Again, from rocm-smi:

VRAM%  GPU%
84%   100%

Getting back to that accelerate, here is the config file it generated when I instructed it to use GPUs 0 and 1 (Radeon 7700 and the Ryzen integrated GPU, respectively):

compute_environment: LOCAL_MACHINE
debug: false
distributed_type: MULTI_GPU
downcast_bf16: 'no'
enable_cpu_affinity: false
gpu_ids: 0,1
machine_rank: 0
main_training_function: main
mixed_precision: fp16
num_machines: 1
num_processes: 2
rdzv_backend: static
same_network: true
tpu_env: []
tpu_use_cluster: false
tpu_use_sudo: false
use_cpu: false

The problem with accelerate is that unless you can run infer_auto_device_map(model), it doesn’t split the model across multiple GPUs, and it just falls back to the CPU. And when the model doesn’t have named parameters, infer_auto_device throws an error.

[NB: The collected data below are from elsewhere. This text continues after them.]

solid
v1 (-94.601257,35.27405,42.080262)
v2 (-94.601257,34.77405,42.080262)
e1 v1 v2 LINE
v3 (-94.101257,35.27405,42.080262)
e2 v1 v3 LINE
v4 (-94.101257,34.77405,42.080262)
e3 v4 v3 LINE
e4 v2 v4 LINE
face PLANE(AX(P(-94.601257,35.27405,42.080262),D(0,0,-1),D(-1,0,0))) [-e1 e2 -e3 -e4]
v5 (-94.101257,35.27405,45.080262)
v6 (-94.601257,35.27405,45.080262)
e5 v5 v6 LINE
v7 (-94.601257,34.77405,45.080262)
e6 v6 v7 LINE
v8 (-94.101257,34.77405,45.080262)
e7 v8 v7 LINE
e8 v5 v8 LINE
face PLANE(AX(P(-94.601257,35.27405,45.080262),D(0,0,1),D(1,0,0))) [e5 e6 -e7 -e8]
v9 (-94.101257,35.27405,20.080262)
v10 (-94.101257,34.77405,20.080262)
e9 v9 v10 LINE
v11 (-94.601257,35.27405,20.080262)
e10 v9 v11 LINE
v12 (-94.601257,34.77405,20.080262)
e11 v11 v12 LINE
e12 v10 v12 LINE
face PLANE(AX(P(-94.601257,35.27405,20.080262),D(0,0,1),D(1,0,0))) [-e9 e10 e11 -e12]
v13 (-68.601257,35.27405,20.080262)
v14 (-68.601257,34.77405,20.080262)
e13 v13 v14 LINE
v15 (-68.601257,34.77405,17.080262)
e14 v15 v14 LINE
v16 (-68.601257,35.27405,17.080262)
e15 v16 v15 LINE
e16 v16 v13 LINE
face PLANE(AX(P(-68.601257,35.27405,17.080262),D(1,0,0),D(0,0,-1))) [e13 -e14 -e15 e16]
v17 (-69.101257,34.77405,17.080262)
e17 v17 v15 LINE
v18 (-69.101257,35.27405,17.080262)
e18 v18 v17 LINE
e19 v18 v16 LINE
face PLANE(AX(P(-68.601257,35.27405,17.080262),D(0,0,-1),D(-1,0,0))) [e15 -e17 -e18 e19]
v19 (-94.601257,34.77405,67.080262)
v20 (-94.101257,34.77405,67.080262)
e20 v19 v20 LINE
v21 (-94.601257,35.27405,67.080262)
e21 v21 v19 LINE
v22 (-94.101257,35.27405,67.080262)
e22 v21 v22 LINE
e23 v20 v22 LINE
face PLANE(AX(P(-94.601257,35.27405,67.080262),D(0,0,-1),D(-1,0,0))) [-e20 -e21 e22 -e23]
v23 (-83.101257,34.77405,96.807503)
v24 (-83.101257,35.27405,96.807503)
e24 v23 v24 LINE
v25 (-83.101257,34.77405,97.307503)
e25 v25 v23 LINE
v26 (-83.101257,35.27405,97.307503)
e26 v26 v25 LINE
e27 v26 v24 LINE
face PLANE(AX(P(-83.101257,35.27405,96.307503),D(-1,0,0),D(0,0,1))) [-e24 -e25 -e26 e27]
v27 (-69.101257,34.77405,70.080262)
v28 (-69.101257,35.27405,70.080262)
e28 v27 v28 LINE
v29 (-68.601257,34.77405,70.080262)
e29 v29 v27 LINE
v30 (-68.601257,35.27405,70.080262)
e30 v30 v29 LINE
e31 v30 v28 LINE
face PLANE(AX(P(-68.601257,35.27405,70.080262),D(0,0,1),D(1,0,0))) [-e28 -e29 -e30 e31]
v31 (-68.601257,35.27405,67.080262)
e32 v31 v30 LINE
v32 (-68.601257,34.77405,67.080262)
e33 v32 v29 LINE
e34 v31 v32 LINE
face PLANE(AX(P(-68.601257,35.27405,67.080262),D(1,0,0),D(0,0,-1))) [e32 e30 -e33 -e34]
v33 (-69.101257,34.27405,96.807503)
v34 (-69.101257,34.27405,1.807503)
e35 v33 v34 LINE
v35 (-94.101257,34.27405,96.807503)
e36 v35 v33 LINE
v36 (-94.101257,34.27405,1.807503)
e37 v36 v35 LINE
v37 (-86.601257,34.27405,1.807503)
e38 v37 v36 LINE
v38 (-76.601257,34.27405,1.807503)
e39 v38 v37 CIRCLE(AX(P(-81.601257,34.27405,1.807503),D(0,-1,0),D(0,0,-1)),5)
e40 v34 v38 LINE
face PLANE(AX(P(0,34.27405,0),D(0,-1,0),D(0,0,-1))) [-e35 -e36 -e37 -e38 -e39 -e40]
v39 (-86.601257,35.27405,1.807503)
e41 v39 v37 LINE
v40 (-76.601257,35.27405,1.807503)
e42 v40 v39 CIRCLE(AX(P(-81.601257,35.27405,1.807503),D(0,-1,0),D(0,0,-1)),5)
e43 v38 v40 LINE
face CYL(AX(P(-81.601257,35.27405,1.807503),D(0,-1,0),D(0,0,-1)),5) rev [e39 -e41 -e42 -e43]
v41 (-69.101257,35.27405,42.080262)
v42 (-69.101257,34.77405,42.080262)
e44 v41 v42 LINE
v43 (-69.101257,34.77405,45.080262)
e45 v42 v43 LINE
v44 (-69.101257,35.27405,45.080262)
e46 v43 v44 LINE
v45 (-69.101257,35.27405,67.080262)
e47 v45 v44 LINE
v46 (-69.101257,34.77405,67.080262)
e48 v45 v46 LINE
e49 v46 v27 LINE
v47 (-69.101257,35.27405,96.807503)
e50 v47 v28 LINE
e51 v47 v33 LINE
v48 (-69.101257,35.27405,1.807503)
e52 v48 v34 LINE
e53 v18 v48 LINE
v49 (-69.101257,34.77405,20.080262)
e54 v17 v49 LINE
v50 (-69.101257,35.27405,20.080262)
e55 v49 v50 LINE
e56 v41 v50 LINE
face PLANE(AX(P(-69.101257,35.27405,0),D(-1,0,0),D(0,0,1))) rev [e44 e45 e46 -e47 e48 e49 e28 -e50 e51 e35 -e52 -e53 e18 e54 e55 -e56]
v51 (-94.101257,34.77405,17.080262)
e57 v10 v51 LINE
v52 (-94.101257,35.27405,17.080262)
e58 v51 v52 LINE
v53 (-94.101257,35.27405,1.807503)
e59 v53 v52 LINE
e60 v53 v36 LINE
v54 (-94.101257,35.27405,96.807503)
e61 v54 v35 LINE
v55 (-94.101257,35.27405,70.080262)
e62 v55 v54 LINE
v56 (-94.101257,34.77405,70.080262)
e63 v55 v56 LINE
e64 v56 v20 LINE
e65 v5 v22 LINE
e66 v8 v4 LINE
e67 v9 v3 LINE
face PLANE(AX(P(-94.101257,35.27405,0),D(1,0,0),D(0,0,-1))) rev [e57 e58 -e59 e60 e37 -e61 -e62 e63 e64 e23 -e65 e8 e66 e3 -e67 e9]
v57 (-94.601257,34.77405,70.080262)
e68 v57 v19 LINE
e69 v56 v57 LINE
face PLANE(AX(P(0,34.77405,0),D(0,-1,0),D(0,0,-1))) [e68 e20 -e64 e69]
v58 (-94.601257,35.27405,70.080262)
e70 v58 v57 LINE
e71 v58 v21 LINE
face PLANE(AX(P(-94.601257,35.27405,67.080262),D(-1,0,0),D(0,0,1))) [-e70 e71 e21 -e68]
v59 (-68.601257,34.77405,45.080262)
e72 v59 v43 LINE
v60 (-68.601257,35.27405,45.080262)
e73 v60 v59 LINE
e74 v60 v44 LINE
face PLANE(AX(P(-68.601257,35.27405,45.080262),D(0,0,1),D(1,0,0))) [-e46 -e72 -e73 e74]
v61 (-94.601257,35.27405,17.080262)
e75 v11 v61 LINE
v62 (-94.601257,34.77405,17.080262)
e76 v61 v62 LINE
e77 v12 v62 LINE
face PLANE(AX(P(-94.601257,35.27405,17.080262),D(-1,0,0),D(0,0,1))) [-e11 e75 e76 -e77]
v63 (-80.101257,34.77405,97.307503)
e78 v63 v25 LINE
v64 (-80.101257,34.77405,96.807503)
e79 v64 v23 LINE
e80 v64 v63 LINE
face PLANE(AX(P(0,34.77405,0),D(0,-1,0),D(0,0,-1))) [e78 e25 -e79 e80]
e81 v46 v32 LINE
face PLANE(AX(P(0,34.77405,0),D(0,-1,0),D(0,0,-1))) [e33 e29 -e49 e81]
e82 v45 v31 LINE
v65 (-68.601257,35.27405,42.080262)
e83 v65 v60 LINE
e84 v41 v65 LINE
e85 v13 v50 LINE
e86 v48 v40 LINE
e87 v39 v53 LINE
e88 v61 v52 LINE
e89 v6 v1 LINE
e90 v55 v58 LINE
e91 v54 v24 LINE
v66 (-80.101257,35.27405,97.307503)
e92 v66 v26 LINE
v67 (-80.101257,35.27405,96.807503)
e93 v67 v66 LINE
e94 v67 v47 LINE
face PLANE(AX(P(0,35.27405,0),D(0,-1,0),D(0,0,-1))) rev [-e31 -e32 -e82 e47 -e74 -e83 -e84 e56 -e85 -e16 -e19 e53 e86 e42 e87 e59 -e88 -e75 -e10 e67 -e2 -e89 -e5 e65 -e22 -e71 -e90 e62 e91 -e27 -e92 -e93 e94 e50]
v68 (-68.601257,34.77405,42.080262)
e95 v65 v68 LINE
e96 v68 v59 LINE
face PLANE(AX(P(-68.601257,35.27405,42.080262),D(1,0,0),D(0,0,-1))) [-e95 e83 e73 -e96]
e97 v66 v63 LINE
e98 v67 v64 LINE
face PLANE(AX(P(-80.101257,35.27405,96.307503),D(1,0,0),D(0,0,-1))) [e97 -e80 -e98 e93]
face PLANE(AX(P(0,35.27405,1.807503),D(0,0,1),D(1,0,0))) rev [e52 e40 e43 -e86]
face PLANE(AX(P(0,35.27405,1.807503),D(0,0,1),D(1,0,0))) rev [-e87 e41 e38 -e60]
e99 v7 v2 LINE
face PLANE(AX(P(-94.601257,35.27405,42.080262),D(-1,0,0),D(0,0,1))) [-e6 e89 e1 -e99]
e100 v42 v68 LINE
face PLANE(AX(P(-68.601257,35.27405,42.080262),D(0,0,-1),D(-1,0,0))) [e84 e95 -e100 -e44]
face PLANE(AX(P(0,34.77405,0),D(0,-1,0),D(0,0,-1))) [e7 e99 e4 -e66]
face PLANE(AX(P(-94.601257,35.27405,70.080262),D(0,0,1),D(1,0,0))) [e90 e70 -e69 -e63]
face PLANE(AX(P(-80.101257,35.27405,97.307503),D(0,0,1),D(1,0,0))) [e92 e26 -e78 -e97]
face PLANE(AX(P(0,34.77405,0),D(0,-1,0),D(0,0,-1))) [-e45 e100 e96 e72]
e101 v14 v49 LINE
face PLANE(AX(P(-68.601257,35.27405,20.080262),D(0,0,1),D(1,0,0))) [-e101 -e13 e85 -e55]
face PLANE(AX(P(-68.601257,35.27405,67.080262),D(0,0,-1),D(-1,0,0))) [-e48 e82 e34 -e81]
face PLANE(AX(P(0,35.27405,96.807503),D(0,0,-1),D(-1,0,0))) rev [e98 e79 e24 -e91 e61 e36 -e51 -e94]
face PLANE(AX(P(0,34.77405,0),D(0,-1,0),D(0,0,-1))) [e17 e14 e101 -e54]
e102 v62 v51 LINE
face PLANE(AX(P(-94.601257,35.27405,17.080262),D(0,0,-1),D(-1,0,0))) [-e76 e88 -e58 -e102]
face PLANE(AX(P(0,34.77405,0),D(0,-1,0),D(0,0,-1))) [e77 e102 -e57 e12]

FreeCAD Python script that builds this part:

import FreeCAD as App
import Part
import Sketcher
from FreeCAD import Vector
Q = App.Units.Quantity


def add_polygon(sketch, points):
    """Adds a closed chain of lines whose ends are joined by coincident constraints."""
    first, n = sketch.GeometryCount, len(points)
    for a, b in zip(points, points[1:] + points[:1]):
        sketch.addGeometry(Part.LineSegment(App.Vector(*a, 0), App.Vector(*b, 0)), False)
    for i in range(n):
        sketch.addConstraint(Sketcher.Constraint("Coincident", first + i, 2, first + (i + 1) % n, 1))

doc = App.newDocument("Part")
body = doc.addObject("PartDesign::Body", "Body")

# Sketch on XZ plane
sketch1 = body.newObject("Sketcher::SketchObject", "Sketch")
sketch1.AttachmentSupport = (doc.getObject("XZ_Plane"), [""])
sketch1.MapMode = "FlatFace"
sketch1.AttachmentOffset = App.Placement(Vector(0, 0, -34.27405), App.Rotation())
add_polygon(sketch1, [(-94.101257, 96.807503), (-94.101257, 1.807503), (-69.101257, 1.807503), (-69.101257, 96.807503)])  # lines 0-3
sketch1.addConstraint(Sketcher.Constraint("Vertical", 0))
sketch1.addConstraint(Sketcher.Constraint("Horizontal", 1))
sketch1.addConstraint(Sketcher.Constraint("Vertical", 2))
sketch1.addConstraint(Sketcher.Constraint("Horizontal", 3))
sketch1.addConstraint(Sketcher.Constraint("DistanceX", 1, 1, 1, 2, Q("25 mm")))
sketch1.addConstraint(Sketcher.Constraint("DistanceY", 0, 2, 0, 1, Q("95 mm")))
sketch1.addConstraint(Sketcher.Constraint("DistanceX", 0, 2, -1, 1, Q("94.101257 mm")))
sketch1.addConstraint(Sketcher.Constraint("DistanceY", -1, 1, 0, 2, Q("1.807503 mm")))
pad1 = body.newObject("PartDesign::Pad", "Pad")
pad1.Profile = sketch1
pad1.Length = 1
pad1.Reversed = True

# Sketch on XZ plane
sketch2 = body.newObject("Sketcher::SketchObject", "Sketch001")
sketch2.AttachmentSupport = (doc.getObject("XZ_Plane"), [""])
sketch2.MapMode = "FlatFace"
sketch2.AttachmentOffset = App.Placement(Vector(0, 0, -34.77405), App.Rotation())
add_polygon(sketch2, [(-83.101257, 97.307503), (-83.101257, 96.307503), (-80.101257, 96.307503), (-80.101257, 97.307503)])  # lines 0-3
add_polygon(sketch2, [(-94.601257, 70.080262), (-94.601257, 67.080262), (-93.601257, 67.080262), (-93.601257, 70.080262)])  # lines 4-7
add_polygon(sketch2, [(-94.601257, 45.080262), (-94.601257, 42.080262), (-93.601257, 42.080262), (-93.601257, 45.080262)])  # lines 8-11
add_polygon(sketch2, [(-94.601257, 20.080262), (-94.601257, 17.080262), (-93.601257, 17.080262), (-93.601257, 20.080262)])  # lines 12-15
add_polygon(sketch2, [(-69.601257, 20.080262), (-69.601257, 17.080262), (-68.601257, 17.080262), (-68.601257, 20.080262)])  # lines 16-19
add_polygon(sketch2, [(-69.601257, 45.080262), (-69.601257, 42.080262), (-68.601257, 42.080262), (-68.601257, 45.080262)])  # lines 20-23
add_polygon(sketch2, [(-69.601257, 70.080262), (-69.601257, 67.080262), (-68.601257, 67.080262), (-68.601257, 70.080262)])  # lines 24-27
sketch2.addConstraint(Sketcher.Constraint("Vertical", 0))
sketch2.addConstraint(Sketcher.Constraint("Horizontal", 1))
sketch2.addConstraint(Sketcher.Constraint("Vertical", 2))
sketch2.addConstraint(Sketcher.Constraint("Horizontal", 3))
sketch2.addConstraint(Sketcher.Constraint("Vertical", 4))
sketch2.addConstraint(Sketcher.Constraint("Horizontal", 5))
sketch2.addConstraint(Sketcher.Constraint("Vertical", 6))
sketch2.addConstraint(Sketcher.Constraint("Horizontal", 7))
sketch2.addConstraint(Sketcher.Constraint("Vertical", 8))
sketch2.addConstraint(Sketcher.Constraint("Horizontal", 9))
sketch2.addConstraint(Sketcher.Constraint("Vertical", 10))
sketch2.addConstraint(Sketcher.Constraint("Horizontal", 11))
sketch2.addConstraint(Sketcher.Constraint("Vertical", 12))
sketch2.addConstraint(Sketcher.Constraint("Horizontal", 13))
sketch2.addConstraint(Sketcher.Constraint("Vertical", 14))
sketch2.addConstraint(Sketcher.Constraint("Horizontal", 15))
sketch2.addConstraint(Sketcher.Constraint("Vertical", 16))
sketch2.addConstraint(Sketcher.Constraint("Horizontal", 17))
sketch2.addConstraint(Sketcher.Constraint("Vertical", 18))
sketch2.addConstraint(Sketcher.Constraint("Horizontal", 19))
sketch2.addConstraint(Sketcher.Constraint("Vertical", 20))
sketch2.addConstraint(Sketcher.Constraint("Horizontal", 21))
sketch2.addConstraint(Sketcher.Constraint("Vertical", 22))
sketch2.addConstraint(Sketcher.Constraint("Horizontal", 23))
sketch2.addConstraint(Sketcher.Constraint("Vertical", 24))
sketch2.addConstraint(Sketcher.Constraint("Horizontal", 25))
sketch2.addConstraint(Sketcher.Constraint("Vertical", 26))
sketch2.addConstraint(Sketcher.Constraint("Horizontal", 27))
sketch2.addConstraint(Sketcher.Constraint("Horizontal", 13, 2, 16, 2))
sketch2.addConstraint(Sketcher.Constraint("Horizontal", 15, 2, 18, 2))
sketch2.addConstraint(Sketcher.Constraint("Horizontal", 9, 2, 20, 2))
sketch2.addConstraint(Sketcher.Constraint("Horizontal", 11, 2, 22, 2))
sketch2.addConstraint(Sketcher.Constraint("Horizontal", 5, 2, 24, 2))
sketch2.addConstraint(Sketcher.Constraint("Horizontal", 7, 2, 26, 2))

Well, that’s where my Framework 16 is at in terms of PyTorch usage. Hope this is useful.

EDIT: After looking into the accelerate docs, I found a reliable way to load to the 7700, then the integrated CPU, then finally to memory/disk, using just diffusers/transformers:

memspec={0: "8GiB", 1: "3GiB"} 
model = AutoModelForCausalLM.from_pretrained(model_name, local_files_only=True, device_map="auto", max_memory=memspec, torch_dtype=torch.float16, offload_folder="/tmp/accelerate-weights")

It automagically works just as you’d like it to. I set device 1, the iGPU, to 1GB less than I have allocated to it in BIOS (4GB), as I had observed that my system uses a little under 1GB of memory on the iGPU during normal use. Just for fun, I tried setting the value for the iGPU to “4GiB” and got the following error:

RuntimeError: CUDA error: HIPBLAS_STATUS_ALLOC_FAILED when calling hipblasCreate(handle)

So that’s what happens when you reach too far.